WHAT TO PRODUCE> Determine how many lines in the entries contain the word "VECTOR", and give that number with no other text.

++++ SOURCE DATA

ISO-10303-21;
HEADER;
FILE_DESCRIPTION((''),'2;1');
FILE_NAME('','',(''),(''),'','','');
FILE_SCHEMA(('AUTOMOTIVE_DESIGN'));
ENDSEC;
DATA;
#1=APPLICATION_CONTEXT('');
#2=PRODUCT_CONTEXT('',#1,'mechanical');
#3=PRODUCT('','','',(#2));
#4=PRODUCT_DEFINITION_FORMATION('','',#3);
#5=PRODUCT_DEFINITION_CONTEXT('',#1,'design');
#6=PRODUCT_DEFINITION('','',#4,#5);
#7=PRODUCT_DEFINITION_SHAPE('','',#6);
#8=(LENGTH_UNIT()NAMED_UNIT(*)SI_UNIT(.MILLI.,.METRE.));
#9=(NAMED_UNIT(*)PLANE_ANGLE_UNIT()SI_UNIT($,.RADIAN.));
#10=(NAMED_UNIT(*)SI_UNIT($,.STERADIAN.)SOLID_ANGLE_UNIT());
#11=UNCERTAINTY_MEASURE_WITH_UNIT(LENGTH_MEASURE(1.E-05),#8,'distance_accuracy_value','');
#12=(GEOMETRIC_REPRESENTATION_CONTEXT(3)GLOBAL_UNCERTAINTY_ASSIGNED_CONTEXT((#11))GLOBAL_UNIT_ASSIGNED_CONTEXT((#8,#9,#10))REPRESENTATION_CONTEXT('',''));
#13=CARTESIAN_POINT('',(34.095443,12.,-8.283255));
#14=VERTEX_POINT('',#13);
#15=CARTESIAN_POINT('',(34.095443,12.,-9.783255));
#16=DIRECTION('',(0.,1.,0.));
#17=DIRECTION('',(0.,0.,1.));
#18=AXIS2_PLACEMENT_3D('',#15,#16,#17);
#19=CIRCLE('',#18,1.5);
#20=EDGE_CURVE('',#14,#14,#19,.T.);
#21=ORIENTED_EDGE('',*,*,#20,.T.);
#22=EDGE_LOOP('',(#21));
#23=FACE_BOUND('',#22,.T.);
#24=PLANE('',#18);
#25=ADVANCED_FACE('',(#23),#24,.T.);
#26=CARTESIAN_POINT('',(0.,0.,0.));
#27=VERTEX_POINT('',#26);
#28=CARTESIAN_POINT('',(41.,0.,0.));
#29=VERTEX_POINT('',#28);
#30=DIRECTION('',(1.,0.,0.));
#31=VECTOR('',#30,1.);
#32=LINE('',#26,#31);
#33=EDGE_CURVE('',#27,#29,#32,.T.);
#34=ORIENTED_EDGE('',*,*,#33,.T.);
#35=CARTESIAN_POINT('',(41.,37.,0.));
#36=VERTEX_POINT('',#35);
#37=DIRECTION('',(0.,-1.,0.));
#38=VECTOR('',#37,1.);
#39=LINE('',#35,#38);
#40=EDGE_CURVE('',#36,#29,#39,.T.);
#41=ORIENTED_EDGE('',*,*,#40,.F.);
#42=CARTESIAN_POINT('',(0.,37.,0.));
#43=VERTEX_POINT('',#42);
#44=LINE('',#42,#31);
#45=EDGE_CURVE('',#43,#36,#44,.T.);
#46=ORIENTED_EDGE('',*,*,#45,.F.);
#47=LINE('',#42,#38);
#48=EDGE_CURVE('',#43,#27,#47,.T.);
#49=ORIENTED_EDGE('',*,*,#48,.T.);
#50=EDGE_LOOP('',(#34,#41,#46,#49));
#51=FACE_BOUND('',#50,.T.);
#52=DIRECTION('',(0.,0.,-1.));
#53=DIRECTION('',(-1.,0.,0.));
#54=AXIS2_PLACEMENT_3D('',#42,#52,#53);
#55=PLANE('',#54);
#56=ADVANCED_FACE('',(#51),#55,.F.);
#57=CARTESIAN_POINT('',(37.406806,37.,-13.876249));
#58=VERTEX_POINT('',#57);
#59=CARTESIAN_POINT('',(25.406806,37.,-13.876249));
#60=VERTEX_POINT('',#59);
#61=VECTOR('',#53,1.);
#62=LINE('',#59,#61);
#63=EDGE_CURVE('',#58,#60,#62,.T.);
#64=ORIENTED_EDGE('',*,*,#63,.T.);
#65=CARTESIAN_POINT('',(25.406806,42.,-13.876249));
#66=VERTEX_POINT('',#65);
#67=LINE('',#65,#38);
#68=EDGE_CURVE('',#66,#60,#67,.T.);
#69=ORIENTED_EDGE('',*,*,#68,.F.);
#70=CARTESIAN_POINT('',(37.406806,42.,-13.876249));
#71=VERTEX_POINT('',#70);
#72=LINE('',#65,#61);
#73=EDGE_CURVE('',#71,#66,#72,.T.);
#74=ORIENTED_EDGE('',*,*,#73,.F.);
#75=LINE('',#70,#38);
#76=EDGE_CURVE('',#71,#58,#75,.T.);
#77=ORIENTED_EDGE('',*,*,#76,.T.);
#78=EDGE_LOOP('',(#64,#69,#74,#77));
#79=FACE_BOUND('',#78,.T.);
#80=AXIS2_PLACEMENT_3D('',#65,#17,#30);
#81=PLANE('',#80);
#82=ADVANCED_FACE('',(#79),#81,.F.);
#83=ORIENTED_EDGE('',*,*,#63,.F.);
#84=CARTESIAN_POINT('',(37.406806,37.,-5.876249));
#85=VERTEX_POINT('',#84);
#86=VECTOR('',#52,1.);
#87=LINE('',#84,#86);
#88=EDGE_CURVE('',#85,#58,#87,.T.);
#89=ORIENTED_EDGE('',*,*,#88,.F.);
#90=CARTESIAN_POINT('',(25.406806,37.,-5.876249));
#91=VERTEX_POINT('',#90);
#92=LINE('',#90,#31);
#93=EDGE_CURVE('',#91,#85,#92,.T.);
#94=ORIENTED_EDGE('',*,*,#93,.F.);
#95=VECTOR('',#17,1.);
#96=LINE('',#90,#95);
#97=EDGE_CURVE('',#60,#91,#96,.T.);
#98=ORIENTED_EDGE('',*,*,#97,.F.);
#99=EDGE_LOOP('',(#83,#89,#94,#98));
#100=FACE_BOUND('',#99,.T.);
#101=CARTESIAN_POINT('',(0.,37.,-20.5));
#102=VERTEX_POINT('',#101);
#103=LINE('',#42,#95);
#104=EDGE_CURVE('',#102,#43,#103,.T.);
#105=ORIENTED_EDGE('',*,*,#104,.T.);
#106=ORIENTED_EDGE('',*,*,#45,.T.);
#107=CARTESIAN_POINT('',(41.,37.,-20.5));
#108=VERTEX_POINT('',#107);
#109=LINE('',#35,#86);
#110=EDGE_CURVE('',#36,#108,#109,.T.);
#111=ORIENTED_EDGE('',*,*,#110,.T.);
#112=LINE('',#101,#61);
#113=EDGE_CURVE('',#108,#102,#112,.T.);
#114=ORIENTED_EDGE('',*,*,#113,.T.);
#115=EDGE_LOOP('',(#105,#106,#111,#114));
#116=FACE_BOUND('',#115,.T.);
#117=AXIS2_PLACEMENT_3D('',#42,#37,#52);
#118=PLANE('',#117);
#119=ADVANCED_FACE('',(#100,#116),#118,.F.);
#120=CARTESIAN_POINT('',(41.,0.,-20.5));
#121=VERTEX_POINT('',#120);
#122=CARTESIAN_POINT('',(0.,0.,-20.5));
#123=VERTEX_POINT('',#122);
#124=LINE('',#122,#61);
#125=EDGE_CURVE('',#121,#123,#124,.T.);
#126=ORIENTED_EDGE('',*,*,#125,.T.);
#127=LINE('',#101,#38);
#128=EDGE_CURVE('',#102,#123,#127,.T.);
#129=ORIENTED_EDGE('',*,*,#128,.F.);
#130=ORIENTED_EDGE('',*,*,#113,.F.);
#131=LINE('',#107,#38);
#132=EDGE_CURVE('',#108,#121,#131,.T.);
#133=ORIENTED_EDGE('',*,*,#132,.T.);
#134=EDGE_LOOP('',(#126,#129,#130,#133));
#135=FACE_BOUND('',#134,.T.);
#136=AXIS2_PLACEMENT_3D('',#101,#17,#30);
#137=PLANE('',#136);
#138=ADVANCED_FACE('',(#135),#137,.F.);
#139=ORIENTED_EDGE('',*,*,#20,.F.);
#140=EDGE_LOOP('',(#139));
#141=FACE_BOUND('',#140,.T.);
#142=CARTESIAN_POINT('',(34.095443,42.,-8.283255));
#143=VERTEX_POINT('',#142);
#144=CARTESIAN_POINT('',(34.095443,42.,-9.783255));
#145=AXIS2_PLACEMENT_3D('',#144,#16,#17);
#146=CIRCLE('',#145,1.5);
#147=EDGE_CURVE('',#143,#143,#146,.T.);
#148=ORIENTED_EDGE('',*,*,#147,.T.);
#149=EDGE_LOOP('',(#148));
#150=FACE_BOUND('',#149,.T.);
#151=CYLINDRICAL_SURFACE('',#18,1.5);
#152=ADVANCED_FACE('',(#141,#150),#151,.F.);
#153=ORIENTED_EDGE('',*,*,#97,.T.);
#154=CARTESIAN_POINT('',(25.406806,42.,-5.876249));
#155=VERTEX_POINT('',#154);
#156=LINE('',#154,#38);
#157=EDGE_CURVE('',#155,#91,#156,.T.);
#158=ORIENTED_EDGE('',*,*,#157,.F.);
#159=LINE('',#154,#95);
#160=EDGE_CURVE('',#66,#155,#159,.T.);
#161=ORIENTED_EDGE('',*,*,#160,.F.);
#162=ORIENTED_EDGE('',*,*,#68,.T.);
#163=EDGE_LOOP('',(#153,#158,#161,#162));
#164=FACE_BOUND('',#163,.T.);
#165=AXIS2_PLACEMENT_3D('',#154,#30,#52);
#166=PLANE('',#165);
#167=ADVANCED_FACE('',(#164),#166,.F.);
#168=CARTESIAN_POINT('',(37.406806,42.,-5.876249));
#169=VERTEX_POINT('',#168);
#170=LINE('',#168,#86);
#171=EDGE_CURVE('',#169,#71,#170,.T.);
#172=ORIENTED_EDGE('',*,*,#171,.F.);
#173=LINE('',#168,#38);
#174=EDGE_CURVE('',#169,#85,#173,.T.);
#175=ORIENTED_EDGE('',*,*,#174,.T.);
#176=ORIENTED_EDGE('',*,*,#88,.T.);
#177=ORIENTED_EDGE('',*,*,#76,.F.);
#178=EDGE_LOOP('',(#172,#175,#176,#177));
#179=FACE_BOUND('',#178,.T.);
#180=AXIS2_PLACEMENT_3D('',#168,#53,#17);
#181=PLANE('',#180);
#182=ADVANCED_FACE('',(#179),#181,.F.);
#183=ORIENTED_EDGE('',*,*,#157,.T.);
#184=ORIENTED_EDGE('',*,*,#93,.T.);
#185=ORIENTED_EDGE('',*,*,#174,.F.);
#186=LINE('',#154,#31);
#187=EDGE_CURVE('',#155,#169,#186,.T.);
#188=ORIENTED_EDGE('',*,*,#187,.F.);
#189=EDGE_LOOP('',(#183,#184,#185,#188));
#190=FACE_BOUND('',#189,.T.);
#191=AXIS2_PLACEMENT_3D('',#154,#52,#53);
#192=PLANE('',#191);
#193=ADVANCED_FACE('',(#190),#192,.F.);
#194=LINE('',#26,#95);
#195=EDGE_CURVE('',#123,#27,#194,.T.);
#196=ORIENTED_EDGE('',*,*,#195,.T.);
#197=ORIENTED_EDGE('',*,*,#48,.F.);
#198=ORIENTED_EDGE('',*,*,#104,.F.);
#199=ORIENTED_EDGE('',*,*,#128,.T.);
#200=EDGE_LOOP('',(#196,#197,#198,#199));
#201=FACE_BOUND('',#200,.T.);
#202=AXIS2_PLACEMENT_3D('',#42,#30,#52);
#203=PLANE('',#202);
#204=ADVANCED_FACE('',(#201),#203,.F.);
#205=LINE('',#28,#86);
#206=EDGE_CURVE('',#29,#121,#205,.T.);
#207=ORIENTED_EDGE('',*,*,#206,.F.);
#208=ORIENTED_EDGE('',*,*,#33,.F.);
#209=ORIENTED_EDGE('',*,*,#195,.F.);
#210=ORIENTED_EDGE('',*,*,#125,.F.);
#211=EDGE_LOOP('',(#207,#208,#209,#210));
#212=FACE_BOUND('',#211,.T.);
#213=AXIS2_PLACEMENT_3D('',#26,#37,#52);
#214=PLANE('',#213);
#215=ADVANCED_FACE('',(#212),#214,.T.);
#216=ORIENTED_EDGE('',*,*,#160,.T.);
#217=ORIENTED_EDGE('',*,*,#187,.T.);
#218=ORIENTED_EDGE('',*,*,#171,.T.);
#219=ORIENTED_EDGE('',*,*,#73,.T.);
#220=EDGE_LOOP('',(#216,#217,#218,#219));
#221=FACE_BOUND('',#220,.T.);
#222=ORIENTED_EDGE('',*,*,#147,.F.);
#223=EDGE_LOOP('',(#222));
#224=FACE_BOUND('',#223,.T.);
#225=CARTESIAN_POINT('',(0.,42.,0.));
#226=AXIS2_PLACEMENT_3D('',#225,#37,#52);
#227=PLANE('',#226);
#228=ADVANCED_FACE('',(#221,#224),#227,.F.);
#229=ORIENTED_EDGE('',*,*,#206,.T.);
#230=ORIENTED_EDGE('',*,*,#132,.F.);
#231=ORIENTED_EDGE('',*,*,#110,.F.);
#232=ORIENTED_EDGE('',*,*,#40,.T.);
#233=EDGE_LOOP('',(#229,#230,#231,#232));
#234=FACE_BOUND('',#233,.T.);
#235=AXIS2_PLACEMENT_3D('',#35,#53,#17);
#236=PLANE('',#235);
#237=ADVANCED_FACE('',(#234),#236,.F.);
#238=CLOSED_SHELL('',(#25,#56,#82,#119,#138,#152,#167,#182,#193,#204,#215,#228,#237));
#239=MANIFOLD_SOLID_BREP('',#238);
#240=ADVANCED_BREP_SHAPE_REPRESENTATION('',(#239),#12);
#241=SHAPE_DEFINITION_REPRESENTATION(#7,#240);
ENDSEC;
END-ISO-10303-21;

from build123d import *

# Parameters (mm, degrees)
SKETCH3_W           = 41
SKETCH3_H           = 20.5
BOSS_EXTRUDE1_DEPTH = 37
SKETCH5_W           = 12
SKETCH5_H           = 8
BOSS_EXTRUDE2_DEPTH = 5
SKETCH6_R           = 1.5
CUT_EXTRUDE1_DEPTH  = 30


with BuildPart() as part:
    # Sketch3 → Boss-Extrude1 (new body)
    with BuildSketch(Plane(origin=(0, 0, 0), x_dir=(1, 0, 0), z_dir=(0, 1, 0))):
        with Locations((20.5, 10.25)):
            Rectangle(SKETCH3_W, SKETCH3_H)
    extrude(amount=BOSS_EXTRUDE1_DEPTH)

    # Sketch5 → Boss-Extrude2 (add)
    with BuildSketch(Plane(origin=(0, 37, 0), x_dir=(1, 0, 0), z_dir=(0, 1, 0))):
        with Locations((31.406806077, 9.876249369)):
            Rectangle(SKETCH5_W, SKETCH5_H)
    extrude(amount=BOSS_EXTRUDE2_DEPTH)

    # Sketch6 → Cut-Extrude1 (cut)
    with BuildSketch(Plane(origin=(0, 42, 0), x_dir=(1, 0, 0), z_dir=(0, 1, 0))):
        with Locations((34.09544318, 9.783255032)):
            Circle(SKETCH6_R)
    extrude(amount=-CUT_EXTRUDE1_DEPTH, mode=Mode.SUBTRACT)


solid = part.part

++++++++

TASK SOLUTION> 5